Harris’ background as a local prosecutor, including as the district attorney of San Francisco, gave her a different kind of media training than almost any presidential candidate in recent history.

Prosecutors are not expected, like a mayor or an elected political representative might be, to speak — let alone spar — regularly with the press, and they are constrained, by law, in what they can and cannot share with reporters. While prosecutors in some places, like New York City, tend to engage more openly with the press, that is not the norm. The power dynamics are different, too: Reporters are eager for details about a case and might be more inclined to be solicitous of prosecutors, who hold the secrets and the cards.

“There’s a little bit of walking on a balancing line, telling the truth but not telling things you shouldn’t be telling,” said Summer Stephan, the district attorney of San Diego County and the president of the National District Attorneys Association.

As district attorney, Harris spoke with the press, including live television hits with a local news station; for example, she spoke in 2005 about a case involving a woman charged with killing her three young children by dropping them into San Francisco Bay. Harris’ role was to provide clear answers, within the limits of the law and ethical guidelines, about a complicated and tragic episode. She seemed quite at ease.

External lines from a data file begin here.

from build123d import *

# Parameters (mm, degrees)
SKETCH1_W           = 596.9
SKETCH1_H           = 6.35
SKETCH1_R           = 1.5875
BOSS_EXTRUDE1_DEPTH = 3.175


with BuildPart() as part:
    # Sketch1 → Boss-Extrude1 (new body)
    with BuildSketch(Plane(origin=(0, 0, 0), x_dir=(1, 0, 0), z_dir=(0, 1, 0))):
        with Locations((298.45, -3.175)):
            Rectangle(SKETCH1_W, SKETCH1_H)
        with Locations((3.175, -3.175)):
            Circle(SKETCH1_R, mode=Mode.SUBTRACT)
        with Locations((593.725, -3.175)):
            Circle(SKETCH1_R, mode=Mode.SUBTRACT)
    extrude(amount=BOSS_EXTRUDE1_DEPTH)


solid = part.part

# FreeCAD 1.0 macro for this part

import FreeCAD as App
import Part
import Sketcher

V = App.Vector
Q = App.Units.Quantity

doc = App.newDocument("Part")
body = doc.addObject("PartDesign::Body", "Body")

# Sketch on XZ plane
sketch1 = body.newObject("Sketcher::SketchObject", "Sketch")
sketch1.AttachmentSupport = (doc.getObject("XZ_Plane"), [""])
sketch1.MapMode = "FlatFace"
sketch1.addGeometry(Part.LineSegment(V(0, 0, 0), V(0, 6.3, 0)), False)
sketch1.addGeometry(Part.LineSegment(V(0, 6.3, 0), V(596.9, 6.3, 0)), False)
sketch1.addGeometry(Part.LineSegment(V(596.9, 6.3, 0), V(596.9, 0, 0)), False)
sketch1.addGeometry(Part.LineSegment(V(596.9, 0, 0), V(0, 0, 0)), False)
sketch1.addGeometry(Part.Circle(V(3.2, 3.2, 0), V(0, 0, 1), 1.6), False)
sketch1.addGeometry(Part.Circle(V(593.7, 3.2, 0), V(0, 0, 1), 1.6), False)
sketch1.addConstraint(Sketcher.Constraint("Coincident", 0, 2, 1, 1))
sketch1.addConstraint(Sketcher.Constraint("Coincident", 1, 2, 2, 1))
sketch1.addConstraint(Sketcher.Constraint("Coincident", 2, 2, 3, 1))
sketch1.addConstraint(Sketcher.Constraint("Coincident", 3, 2, 0, 1))
sketch1.addConstraint(Sketcher.Constraint("Vertical", 0))
sketch1.addConstraint(Sketcher.Constraint("Horizontal", 1))
sketch1.addConstraint(Sketcher.Constraint("Vertical", 2))
sketch1.addConstraint(Sketcher.Constraint("Horizontal", 3))
sketch1.addConstraint(Sketcher.Constraint("Coincident", 3, 2, -1, 1))
sketch1.addConstraint(Sketcher.Constraint("Equal", 4, 5))
sketch1.addConstraint(Sketcher.Constraint("Horizontal", 4, 3, 5, 3))
sketch1.addConstraint(Sketcher.Constraint("Diameter", 4, Q("0.125 in")))
sketch1.addConstraint(Sketcher.Constraint("DistanceX", 1, 1, 1, 2, Q("23.5 in")))
sketch1.addConstraint(Sketcher.Constraint("DistanceY", 0, 1, 0, 2, Q("0.25 in")))
sketch1.addConstraint(Sketcher.Constraint("DistanceX", 4, 3, 5, 3, Q("23.25 in")))
sketch1.addConstraint(Sketcher.Constraint("DistanceX", -1, 1, 4, 3, Q("0.125 in")))
sketch1.addConstraint(Sketcher.Constraint("DistanceY", -1, 1, 4, 3, Q("0.125 in")))
pad1 = body.newObject("PartDesign::Pad", "Pad")
pad1.Profile = sketch1
pad1.Length = Q("0.125 in")
pad1.Reversed = True

doc.recompute()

Still, her own description of the early days of her career hints at another factor in her uneasy relationship with reporters.

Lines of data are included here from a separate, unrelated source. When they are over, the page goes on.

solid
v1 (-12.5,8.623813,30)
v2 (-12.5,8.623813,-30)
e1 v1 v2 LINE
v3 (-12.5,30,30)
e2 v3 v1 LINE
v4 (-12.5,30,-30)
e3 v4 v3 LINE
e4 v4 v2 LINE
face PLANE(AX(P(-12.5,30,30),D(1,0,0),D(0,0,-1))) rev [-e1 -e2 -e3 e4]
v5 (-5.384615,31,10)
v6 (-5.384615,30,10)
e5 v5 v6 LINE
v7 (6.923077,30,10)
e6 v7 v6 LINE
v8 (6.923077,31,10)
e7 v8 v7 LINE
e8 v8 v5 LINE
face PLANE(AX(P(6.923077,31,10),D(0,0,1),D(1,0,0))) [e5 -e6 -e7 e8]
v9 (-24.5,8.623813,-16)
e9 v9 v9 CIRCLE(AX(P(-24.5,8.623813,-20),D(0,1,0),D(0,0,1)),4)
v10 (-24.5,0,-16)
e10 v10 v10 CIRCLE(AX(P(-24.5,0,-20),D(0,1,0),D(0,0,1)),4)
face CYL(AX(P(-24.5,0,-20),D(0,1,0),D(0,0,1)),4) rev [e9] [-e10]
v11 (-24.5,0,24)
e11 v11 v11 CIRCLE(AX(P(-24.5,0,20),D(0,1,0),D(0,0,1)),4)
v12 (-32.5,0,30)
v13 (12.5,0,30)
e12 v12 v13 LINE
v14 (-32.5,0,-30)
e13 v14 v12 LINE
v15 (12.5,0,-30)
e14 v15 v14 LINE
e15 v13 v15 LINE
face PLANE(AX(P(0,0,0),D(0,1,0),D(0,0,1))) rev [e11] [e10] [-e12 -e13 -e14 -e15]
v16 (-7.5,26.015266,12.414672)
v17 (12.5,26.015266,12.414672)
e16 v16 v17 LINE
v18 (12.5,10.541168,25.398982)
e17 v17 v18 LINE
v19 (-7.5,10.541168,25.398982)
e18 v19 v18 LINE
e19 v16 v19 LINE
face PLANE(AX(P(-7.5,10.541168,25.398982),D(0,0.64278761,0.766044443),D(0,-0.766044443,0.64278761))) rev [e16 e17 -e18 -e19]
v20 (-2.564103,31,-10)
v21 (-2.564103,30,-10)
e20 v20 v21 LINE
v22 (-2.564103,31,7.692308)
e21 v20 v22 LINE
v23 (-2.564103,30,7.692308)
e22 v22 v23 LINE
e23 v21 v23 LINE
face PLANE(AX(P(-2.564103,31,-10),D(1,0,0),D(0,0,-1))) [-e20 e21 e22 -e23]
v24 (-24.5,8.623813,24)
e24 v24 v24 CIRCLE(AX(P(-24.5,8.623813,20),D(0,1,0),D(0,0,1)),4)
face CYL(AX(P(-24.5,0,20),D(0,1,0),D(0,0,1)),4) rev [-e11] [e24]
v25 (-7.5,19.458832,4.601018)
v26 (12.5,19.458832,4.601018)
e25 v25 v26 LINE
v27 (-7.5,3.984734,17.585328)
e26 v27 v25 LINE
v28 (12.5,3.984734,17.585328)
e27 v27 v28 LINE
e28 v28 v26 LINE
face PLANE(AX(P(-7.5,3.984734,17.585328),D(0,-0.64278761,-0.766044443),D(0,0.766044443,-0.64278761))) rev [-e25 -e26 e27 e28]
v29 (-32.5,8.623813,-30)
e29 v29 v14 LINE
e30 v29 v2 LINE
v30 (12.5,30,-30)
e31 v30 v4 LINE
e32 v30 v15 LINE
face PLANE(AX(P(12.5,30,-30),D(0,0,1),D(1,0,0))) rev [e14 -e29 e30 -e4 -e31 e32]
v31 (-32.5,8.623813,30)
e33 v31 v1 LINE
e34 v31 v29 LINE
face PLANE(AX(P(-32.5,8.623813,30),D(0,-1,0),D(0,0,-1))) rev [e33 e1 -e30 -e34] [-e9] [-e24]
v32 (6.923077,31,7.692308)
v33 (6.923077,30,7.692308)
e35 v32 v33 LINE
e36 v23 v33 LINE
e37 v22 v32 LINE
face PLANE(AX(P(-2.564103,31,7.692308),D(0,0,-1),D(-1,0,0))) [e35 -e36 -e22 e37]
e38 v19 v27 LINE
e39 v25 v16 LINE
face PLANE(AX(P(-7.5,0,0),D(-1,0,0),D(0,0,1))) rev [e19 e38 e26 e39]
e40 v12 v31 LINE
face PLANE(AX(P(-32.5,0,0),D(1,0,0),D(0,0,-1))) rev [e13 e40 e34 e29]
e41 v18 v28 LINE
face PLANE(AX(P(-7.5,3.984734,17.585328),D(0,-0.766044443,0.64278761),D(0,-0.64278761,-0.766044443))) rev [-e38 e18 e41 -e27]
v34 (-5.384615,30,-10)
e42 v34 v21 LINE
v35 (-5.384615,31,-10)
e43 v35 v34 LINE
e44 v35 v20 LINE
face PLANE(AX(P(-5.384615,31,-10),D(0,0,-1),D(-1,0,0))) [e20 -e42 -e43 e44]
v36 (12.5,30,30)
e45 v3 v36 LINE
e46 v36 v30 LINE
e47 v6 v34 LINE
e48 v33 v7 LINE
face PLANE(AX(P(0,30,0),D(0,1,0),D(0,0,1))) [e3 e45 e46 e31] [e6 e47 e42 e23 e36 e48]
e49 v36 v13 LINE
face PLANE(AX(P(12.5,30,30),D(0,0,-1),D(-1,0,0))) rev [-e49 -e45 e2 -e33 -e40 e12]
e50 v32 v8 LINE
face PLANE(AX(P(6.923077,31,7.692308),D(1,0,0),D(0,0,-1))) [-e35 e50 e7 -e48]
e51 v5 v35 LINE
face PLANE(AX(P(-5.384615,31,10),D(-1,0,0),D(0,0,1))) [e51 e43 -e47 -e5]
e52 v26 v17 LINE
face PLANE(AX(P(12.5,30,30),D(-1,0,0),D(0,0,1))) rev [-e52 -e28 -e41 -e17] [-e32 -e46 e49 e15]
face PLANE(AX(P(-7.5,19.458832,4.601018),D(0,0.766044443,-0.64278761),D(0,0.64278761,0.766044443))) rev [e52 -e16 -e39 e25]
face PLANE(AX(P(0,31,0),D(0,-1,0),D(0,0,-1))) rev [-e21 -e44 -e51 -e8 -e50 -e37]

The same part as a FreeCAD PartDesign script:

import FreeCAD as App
import Part
import Sketcher
Q = App.Units.Quantity

doc = App.newDocument("Part")
body = doc.addObject("PartDesign::Body", "Body")

# Sketch on XZ plane
sketch1 = doc.addObject("Sketcher::SketchObject", "Sketch")
body.addObject(sketch1)
sketch1.AttachmentSupport = (doc.XZ_Plane, [""])
sketch1.MapMode = "FlatFace"
sketch1.addGeometry(Part.LineSegment(App.Vector(-12.5, -30, 0), App.Vector(-12.5, 30, 0)), False)
sketch1.addGeometry(Part.LineSegment(App.Vector(-12.5, 30, 0), App.Vector(12.5, 30, 0)), False)
sketch1.addGeometry(Part.LineSegment(App.Vector(12.5, 30, 0), App.Vector(12.5, -30, 0)), False)
sketch1.addGeometry(Part.LineSegment(App.Vector(12.5, -30, 0), App.Vector(-12.5, -30, 0)), False)
sketch1.addConstraint(Sketcher.Constraint("Coincident", 0, 2, 1, 1))
sketch1.addConstraint(Sketcher.Constraint("Coincident", 1, 2, 2, 1))
sketch1.addConstraint(Sketcher.Constraint("Coincident", 2, 2, 3, 1))
sketch1.addConstraint(Sketcher.Constraint("Coincident", 3, 2, 0, 1))
sketch1.addConstraint(Sketcher.Constraint("Vertical", 0))
sketch1.addConstraint(Sketcher.Constraint("Horizontal", 1))
sketch1.addConstraint(Sketcher.Constraint("Vertical", 2))
sketch1.addConstraint(Sketcher.Constraint("Horizontal", 3))
sketch1.addConstraint(Sketcher.Constraint("Symmetric", 0, 2, 2, 2, -1, 1))
sketch1.addConstraint(Sketcher.Constraint("DistanceX", 1, 1, 1, 2, Q("25 mm")))
sketch1.addConstraint(Sketcher.Constraint("DistanceY", 0, 1, 0, 2, Q("60 mm")))
pad1 = doc.addObject("PartDesign::Pad", "Pad")
body.addObject(pad1)
pad1.Profile = sketch1
pad1.Length = 30
pad1.Reversed = True

# Sketch on YZ plane
sketch2 = doc.addObject("Sketcher::SketchObject", "Sketch001")
body.addObject(sketch2)
sketch2.AttachmentSupport = (doc.YZ_Plane, [""])
sketch2.MapMode = "FlatFace"
sketch2.AttachmentOffset = App.Placement(App.Vector(0, 0, -12.5), App.Rotation())
sketch2.addGeometry(Part.LineSegment(App.Vector(8.623813, -30, 0), App.Vector(0, -30, 0)), False)
sketch2.addGeometry(Part.LineSegment(App.Vector(0, -30, 0), App.Vector(0, 30, 0)), False)
sketch2.addGeometry(Part.LineSegment(App.Vector(0, 30, 0), App.Vector(8.623813, 30, 0)), False)
sketch2.addGeometry(Part.LineSegment(App.Vector(8.623813, 30, 0), App.Vector(8.623813, -30, 0)), False)
sketch2.addConstraint(Sketcher.Constraint("Coincident", 0, 2, 1, 1))
sketch2.addConstraint(Sketcher.Constraint("Coincident", 1, 2, 2, 1))
sketch2.addConstraint(Sketcher.Constraint("Coincident", 2, 2, 3, 1))
sketch2.addConstraint(Sketcher.Constraint("Coincident", 3, 2, 0, 1))
sketch2.addConstraint(Sketcher.Constraint("Horizontal", 0))
sketch2.addConstraint(Sketcher.Constraint("Vertical", 1))
sketch2.addConstraint(Sketcher.Constraint("Horizontal", 2))
sketch2.addConstraint(Sketcher.Constraint("Vertical", 3))
sketch2.addConstraint(Sketcher.Constraint("Symmetric", 0, 2, 1, 2, -1, 1))
sketch2.addConstraint(Sketcher.Constraint("DistanceY", 1, 1, 1, 2, Q("60 mm")))
sketch2.addConstraint(Sketcher.Constraint("DistanceX", 0, 2, 0, 1, Q("8.623813 mm")))
pad2 = doc.addObject("PartDesign::Pad", "Pad001")
body.addObject(pad2)
pad2.Profile = sketch2
pad2.Length = 20
pad2.Reversed = True

# Sketch on XZ plane
sketch3 = doc.addObject("Sketcher::SketchObject", "Sketch002")
body.addObject(sketch3)
sketch3.AttachmentSupport = (doc.XZ_Plane, [""])
sketch3.MapMode = "FlatFace"
sketch3.AttachmentOffset = App.Placement(App.Vector(0, 0, -8.623813), App.Rotation())
sketch3.addGeometry(Part.Circle(App.Vector(-24.5, -20, 0), App.Vector(0, 0, 1), 4), False)
sketch3.addGeometry(Part.Circle(App.Vector(-24.5, 20, 0), App.Vector(0, 0, 1), 4), False)
sketch3.addConstraint(Sketcher.Constraint("Equal", 0, 1))
sketch3.addConstraint(Sketcher.Constraint("Symmetric", 0, 3, 1, 3, -1))
sketch3.addConstraint(Sketcher.Constraint("Diameter", 0, Q("8 mm")))
sketch3.addConstraint(Sketcher.Constraint("DistanceY", 0, 3, -1, 1, Q("20 mm")))
sketch3.addConstraint(Sketcher.Constraint("DistanceX", 0, 3, -1, 1, Q("24.5 mm")))
pocket1 = doc.addObject("PartDesign::Pocket", "Pocket")
body.addObject(pocket1)
pocket1.Profile = sketch3
pocket1.Type = "ThroughAll"
pocket1.Reversed = True

# Sketch on YZ plane
sketch4 = doc.addObject("Sketcher::SketchObject", "Sketch003")
body.addObject(sketch4)
sketch4.AttachmentSupport = (doc.YZ_Plane, [""])
sketch4.MapMode = "FlatFace"
sketch4.AttachmentOffset = App.Placement(App.Vector(0, 0, 12.5), App.Rotation())
sketch4.addGeometry(Part.LineSegment(App.Vector(3.984734, 17.585328, 0), App.Vector(19.458832, 4.601018, 0)), False)
sketch4.addGeometry(Part.LineSegment(App.Vector(19.458832, 4.601018, 0), App.Vector(26.015266, 12.414672, 0)), False)
sketch4.addGeometry(Part.LineSegment(App.Vector(26.015266, 12.414672, 0), App.Vector(10.541168, 25.398982, 0)), False)
sketch4.addGeometry(Part.LineSegment(App.Vector(10.541168, 25.398982, 0), App.Vector(3.984734, 17.585328, 0)), False)
sketch4.addConstraint(Sketcher.Constraint("Coincident", 0, 2, 1, 1))
sketch4.addConstraint(Sketcher.Constraint("Coincident", 1, 2, 2, 1))
sketch4.addConstraint(Sketcher.Constraint("Coincident", 2, 2, 3, 1))
sketch4.addConstraint(Sketcher.Constraint("Coincident", 3, 2, 0, 1))
sketch4.addConstraint(Sketcher.Constraint("Perpendicular", 0, 1))
sketch4.addConstraint(Sketcher.Constraint("Perpendicular", 1, 2))
sketch4.addConstraint(Sketcher.Constraint("Perpendicular", 2, 3))
sketch4.addConstraint(Sketcher.Constraint("Angle", 0, Q("-40 deg")))
sketch4.addConstraint(Sketcher.Constraint("Distance", 0, Q("20.2 mm")))
sketch4.addConstraint(Sketcher.Constraint("Distance", 1, Q("10.2 mm")))
sketch4.addConstraint(Sketcher.Constraint("DistanceY", -1, 1, 0, 2, Q("4.601018 mm")))
sketch4.addConstraint(Sketcher.Constraint("DistanceX", -1, 1, 0, 2, Q("19.458832 mm")))
pocket2 = doc.addObject("PartDesign::Pocket", "Pocket001")
body.addObject(pocket2)
pocket2.Profile = sketch4
pocket2.Length = 20

# Sketch on XZ plane
sketch5 = doc.addObject("Sketcher::SketchObject", "Sketch004")
body.addObject(sketch5)
sketch5.AttachmentSupport = (doc.XZ_Plane, [""])
sketch5.MapMode = "FlatFace"
sketch5.AttachmentOffset = App.Placement(App.Vector(0, 0, -30), App.Rotation())
sketch5.addGeometry(Part.LineSegment(App.Vector(-5.384615, -10, 0), App.Vector(-5.384615, 10, 0)), False)
sketch5.addGeometry(Part.LineSegment(App.Vector(-5.384615, 10, 0), App.Vector(6.923077, 10, 0)), False)
sketch5.addGeometry(Part.LineSegment(App.Vector(6.923077, 10, 0), App.Vector(6.923077, 7.692308, 0)), False)
sketch5.addGeometry(Part.LineSegment(App.Vector(6.923077, 7.692308, 0), App.Vector(-2.564103, 7.692308, 0)), False)
sketch5.addGeometry(Part.LineSegment(App.Vector(-2.564103, 7.692308, 0), App.Vector(-2.564103, -10, 0)), False)
sketch5.addGeometry(Part.LineSegment(App.Vector(-2.564103, -10, 0), App.Vector(-5.384615, -10, 0)), False)
sketch5.addConstraint(Sketcher.Constraint("Coincident", 0, 2, 1, 1))
sketch5.addConstraint(Sketcher.Constraint("Coincident", 1, 2, 2, 1))
sketch5.addConstraint(Sketcher.Constraint("Coincident", 2, 2, 3, 1))
sketch5.addConstraint(Sketcher.Constraint("Coincident", 3, 2, 4, 1))
sketch5.addConstraint(Sketcher.Constraint("Coincident", 4, 2, 5, 1))
sketch5.addConstraint(Sketcher.Constraint("Coincident", 5, 2, 0, 1))
sketch5.addConstraint(Sketcher.Constraint("Vertical", 0))
sketch5.addConstraint(Sketcher.Constraint("Horizontal", 1))
sketch5.addConstraint(Sketcher.Constraint("Vertical", 2))
sketch5.addConstraint(Sketcher.Constraint("Horizontal", 3))
sketch5.addConstraint(Sketcher.Constraint("Vertical", 4))
sketch5.addConstraint(Sketcher.Constraint("Horizontal", 5))
sketch5.addConstraint(Sketcher.Constraint("DistanceY", 0, 1, 0, 2, Q("20 mm")))
sketch5.addConstraint(Sketcher.Constraint("DistanceY", -1, 1, 0, 2, Q("10 mm")))
sketch5.addConstraint(Sketcher.Constraint("DistanceX", 3, 2, 3, 1, Q("9.487179 mm")))
sketch5.addConstraint(Sketcher.Constraint("DistanceX", 1, 1, 1, 2, Q("12.307692 mm")))
sketch5.addConstraint(Sketcher.Constraint("DistanceY", 2, 2, 2, 1, Q("2.307692 mm")))
sketch5.addConstraint(Sketcher.Constraint("DistanceX", 0, 2, -1, 1, Q("5.384615 mm")))
pad3 = doc.addObject("PartDesign::Pad", "Pad002")
body.addObject(pad3)
pad3.Profile = sketch5
pad3.Length = 1
pad3.Reversed = True

doc.recompute()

Last week, in a panel discussion with the National Association of Black Journalists, Harris pivoted from an answer about the Trump ticket’s disproved claims about the Haitian community in Springfield, Ohio, to a reflection on the power of public speech and a lesson she learned “a long time ago in my career, having a background as a prosecutor.”

In those positions, she said, “when you have that kind of microphone in front of you, you really ought to understand at a very deep level how much your words have meaning. I learned at a very young stage of my career that the meaning of my words could impact whether somebody was free or in prison.”

“When you are bestowed with a microphone that is that big, there is a profound responsibility that comes with that.”